▸ WORK TASK
From the data below, retype exactly the lines starting with the one that contains "v 4.9 -10 0" and ending with the one that contains "v 6.561 -5.5 0", both included.

================

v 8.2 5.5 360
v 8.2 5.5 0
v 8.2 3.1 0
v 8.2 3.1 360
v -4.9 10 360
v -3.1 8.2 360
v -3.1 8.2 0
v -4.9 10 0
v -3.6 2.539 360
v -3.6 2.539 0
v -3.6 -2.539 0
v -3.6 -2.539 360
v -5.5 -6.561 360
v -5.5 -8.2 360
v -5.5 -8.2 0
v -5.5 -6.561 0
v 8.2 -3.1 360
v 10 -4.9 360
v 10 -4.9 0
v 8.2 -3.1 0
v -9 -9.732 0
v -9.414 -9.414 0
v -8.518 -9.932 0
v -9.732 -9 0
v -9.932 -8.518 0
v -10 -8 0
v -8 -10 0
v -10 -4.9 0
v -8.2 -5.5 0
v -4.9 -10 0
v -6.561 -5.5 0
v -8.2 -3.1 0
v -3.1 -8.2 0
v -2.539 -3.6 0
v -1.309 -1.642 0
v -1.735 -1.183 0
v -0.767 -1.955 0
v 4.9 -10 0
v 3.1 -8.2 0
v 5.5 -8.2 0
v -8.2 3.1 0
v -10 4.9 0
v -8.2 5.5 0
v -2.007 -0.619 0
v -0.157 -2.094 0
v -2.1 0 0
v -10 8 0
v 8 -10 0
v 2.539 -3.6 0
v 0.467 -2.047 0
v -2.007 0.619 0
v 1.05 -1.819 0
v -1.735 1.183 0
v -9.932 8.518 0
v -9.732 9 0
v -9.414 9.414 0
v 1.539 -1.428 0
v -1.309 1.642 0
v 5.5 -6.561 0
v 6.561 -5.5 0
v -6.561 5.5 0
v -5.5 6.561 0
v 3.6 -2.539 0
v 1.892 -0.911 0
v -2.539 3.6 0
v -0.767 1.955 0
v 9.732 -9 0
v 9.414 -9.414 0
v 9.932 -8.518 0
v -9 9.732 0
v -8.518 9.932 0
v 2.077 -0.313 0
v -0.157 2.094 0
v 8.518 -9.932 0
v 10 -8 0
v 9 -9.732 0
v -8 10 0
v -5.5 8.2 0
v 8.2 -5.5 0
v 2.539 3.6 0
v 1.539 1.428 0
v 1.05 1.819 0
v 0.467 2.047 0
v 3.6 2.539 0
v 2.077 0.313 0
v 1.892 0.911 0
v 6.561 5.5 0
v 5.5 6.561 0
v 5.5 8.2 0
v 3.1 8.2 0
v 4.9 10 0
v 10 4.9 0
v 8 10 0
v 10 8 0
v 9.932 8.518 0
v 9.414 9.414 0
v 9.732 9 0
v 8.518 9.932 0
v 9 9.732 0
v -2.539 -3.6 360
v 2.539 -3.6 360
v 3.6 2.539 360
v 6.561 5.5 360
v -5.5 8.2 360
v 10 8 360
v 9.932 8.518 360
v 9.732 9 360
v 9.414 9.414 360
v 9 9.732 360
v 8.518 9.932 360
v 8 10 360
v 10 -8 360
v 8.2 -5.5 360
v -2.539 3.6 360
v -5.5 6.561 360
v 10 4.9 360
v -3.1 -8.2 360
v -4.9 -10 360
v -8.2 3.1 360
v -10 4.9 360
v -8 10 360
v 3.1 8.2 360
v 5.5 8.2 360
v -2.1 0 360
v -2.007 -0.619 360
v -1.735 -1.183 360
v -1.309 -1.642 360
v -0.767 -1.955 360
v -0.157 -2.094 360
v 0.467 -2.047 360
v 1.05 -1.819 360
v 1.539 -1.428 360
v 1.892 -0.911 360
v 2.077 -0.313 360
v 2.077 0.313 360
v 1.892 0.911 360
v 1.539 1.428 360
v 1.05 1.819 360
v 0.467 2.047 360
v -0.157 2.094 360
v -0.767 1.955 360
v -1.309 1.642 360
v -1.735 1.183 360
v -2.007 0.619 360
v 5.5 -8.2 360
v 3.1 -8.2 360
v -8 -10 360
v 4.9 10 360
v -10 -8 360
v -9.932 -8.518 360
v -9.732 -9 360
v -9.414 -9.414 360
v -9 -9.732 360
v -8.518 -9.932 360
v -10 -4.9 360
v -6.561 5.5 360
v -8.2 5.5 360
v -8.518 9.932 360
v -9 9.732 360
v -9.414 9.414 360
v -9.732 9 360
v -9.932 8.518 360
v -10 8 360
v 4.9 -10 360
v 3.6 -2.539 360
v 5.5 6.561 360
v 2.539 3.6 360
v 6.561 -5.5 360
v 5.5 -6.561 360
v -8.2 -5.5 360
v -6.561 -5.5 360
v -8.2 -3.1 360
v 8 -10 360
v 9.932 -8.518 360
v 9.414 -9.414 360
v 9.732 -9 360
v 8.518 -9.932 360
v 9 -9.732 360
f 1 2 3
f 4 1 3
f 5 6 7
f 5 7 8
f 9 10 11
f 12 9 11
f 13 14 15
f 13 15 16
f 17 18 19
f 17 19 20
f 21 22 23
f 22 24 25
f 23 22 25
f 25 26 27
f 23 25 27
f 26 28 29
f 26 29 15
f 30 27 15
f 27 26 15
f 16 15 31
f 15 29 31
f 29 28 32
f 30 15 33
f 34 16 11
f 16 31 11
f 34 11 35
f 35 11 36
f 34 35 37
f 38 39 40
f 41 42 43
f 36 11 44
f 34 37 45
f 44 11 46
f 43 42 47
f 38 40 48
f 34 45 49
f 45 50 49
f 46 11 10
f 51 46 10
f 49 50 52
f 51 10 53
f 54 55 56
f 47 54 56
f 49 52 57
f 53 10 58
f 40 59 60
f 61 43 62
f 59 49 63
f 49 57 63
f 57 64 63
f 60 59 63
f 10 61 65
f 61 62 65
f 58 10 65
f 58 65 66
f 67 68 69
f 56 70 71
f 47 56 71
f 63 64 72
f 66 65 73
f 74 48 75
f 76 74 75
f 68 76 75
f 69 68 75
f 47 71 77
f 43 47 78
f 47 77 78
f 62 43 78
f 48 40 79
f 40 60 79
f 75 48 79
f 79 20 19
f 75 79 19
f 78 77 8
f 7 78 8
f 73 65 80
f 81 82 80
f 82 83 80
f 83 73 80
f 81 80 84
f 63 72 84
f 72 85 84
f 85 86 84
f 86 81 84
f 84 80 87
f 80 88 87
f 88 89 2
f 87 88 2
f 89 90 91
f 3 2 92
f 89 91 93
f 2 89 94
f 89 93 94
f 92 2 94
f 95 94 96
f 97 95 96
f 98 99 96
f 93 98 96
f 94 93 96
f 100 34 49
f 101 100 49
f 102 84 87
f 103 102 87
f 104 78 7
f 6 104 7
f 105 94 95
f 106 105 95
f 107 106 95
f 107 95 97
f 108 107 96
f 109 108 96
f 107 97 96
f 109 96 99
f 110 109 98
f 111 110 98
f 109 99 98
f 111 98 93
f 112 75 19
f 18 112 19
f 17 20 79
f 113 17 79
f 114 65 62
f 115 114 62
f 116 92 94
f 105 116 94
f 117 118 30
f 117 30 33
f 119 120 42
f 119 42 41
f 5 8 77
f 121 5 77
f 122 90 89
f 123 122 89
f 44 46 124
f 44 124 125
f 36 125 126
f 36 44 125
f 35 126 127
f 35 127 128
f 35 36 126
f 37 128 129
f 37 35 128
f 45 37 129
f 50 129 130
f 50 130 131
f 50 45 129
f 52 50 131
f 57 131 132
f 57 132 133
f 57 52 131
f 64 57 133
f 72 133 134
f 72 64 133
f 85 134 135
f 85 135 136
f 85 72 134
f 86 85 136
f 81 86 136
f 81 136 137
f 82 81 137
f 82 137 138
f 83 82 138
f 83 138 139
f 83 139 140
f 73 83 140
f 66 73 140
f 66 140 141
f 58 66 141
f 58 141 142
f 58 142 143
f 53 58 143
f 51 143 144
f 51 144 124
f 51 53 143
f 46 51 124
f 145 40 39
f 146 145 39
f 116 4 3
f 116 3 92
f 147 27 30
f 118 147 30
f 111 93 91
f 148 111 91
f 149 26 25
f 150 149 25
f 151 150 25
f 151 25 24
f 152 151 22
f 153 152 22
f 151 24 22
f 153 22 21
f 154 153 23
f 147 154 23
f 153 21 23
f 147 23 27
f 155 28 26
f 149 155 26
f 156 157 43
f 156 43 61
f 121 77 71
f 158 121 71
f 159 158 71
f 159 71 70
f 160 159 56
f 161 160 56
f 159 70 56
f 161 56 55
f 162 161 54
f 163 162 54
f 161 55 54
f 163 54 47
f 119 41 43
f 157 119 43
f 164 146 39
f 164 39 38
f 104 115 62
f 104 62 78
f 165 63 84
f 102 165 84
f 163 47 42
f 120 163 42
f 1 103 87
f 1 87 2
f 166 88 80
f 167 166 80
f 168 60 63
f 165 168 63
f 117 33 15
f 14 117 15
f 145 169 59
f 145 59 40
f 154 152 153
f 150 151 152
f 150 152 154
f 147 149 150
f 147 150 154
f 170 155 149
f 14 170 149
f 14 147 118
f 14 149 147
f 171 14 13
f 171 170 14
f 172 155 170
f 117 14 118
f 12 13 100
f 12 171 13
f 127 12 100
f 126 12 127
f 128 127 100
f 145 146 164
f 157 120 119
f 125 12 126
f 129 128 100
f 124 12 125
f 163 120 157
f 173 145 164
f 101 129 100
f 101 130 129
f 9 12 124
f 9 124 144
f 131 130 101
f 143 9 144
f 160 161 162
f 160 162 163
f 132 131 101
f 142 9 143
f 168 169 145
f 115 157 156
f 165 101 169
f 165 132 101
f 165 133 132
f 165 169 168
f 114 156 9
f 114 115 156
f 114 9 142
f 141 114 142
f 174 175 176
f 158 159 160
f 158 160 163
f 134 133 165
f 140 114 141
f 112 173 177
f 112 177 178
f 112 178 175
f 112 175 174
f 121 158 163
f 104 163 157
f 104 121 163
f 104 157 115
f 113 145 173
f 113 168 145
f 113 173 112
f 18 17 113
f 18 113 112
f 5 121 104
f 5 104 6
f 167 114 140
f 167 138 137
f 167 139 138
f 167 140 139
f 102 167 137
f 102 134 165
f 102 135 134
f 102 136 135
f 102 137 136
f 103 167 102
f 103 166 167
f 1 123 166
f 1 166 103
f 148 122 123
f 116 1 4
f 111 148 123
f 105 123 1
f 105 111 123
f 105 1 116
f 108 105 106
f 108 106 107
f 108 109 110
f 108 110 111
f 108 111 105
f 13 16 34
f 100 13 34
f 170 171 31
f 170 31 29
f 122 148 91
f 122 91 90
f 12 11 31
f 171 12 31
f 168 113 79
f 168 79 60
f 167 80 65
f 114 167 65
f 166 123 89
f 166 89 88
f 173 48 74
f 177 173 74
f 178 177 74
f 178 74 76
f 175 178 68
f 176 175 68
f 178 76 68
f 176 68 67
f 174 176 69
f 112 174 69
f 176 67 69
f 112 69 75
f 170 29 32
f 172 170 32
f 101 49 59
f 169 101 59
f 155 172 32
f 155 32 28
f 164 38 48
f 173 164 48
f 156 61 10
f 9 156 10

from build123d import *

# Parameters (mm, degrees)
SKETCH1_R           = 2.1
BOSS_EXTRUDE1_DEPTH = 360


with BuildPart() as part:
    # Sketch1 → Boss-Extrude1 (new body)
    with BuildSketch(Plane.XY):
        with BuildLine():
            Line((-4.9, -10), (-3.1, -8.2))
            Line((-3.1, -8.2), (-5.5, -8.2))
            Line((-5.5, -8.2), (-5.5, -6.560660172))
            Line((-5.5, -6.560660172), (-2.539339828, -3.6))
            Line((-2.539339828, -3.6), (2.539339828, -3.6))
            Line((2.539339828, -3.6), (5.5, -6.560660172))
            Line((5.5, -6.560660172), (5.5, -8.2))
            Line((5.5, -8.2), (3.1, -8.2))
            Line((3.1, -8.2), (4.9, -10))
            Line((4.9, -10), (8, -10))
            ThreePointArc((8, -10), (9.414213562, -9.414213562), (10, -8))
            Line((10, -8), (10, -4.9))
            Line((10, -4.9), (8.2, -3.1))
            Line((8.2, -3.1), (8.2, -5.5))
            Line((8.2, -5.5), (6.560660172, -5.5))
            Line((6.560660172, -5.5), (3.6, -2.539339828))
            Line((3.6, -2.539339828), (3.6, 2.539339828))
            Line((3.6, 2.539339828), (6.560660172, 5.5))
            Line((6.560660172, 5.5), (8.2, 5.5))
            Line((8.2, 5.5), (8.2, 3.1))
            Line((8.2, 3.1), (10, 4.9))
            Line((10, 4.9), (10, 8))
            ThreePointArc((10, 8), (9.414213562, 9.414213562), (8, 10))
            Line((8, 10), (4.9, 10))
            Line((4.9, 10), (3.1, 8.2))
            Line((3.1, 8.2), (5.5, 8.2))
            Line((5.5, 8.2), (5.5, 6.560660172))
            Line((5.5, 6.560660172), (2.539339828, 3.6))
            Line((2.539339828, 3.6), (-2.539339828, 3.6))
            Line((-2.539339828, 3.6), (-5.5, 6.560660172))
            Line((-5.5, 6.560660172), (-5.5, 8.2))
            Line((-5.5, 8.2), (-3.1, 8.2))
            Line((-3.1, 8.2), (-4.9, 10))
            Line((-4.9, 10), (-8, 10))
            ThreePointArc((-8, 10), (-9.414213562, 9.414213562), (-10, 8))
            Line((-10, 8), (-10, 4.9))
            Line((-10, 4.9), (-8.2, 3.1))
            Line((-8.2, 3.1), (-8.2, 5.5))
            Line((-8.2, 5.5), (-6.560660172, 5.5))
            Line((-6.560660172, 5.5), (-3.6, 2.539339828))
            Line((-3.6, 2.539339828), (-3.6, -2.539339828))
            Line((-3.6, -2.539339828), (-6.560660172, -5.5))
            Line((-6.560660172, -5.5), (-8.2, -5.5))
            Line((-8.2, -5.5), (-8.2, -3.1))
            Line((-8.2, -3.1), (-10, -4.9))
            Line((-10, -4.9), (-10, -8))
            ThreePointArc((-10, -8), (-9.414213562, -9.414213562), (-8, -10))
            Line((-8, -10), (-4.9, -10))
        make_face()
        with Locations(Location((0, 0, 0), (0, 0, 180))):
            Circle(SKETCH1_R, mode=Mode.SUBTRACT)
    extrude(amount=BOSS_EXTRUDE1_DEPTH)


solid = part.part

================

▸ SOLUTION
v 4.9 -10 0
v 3.1 -8.2 0
v 5.5 -8.2 0
v -8.2 3.1 0
v -10 4.9 0
v -8.2 5.5 0
v -2.007 -0.619 0
v -0.157 -2.094 0
v -2.1 0 0
v -10 8 0
v 8 -10 0
v 2.539 -3.6 0
v 0.467 -2.047 0
v -2.007 0.619 0
v 1.05 -1.819 0
v -1.735 1.183 0
v -9.932 8.518 0
v -9.732 9 0
v -9.414 9.414 0
v 1.539 -1.428 0
v -1.309 1.642 0
v 5.5 -6.561 0
v 6.561 -5.5 0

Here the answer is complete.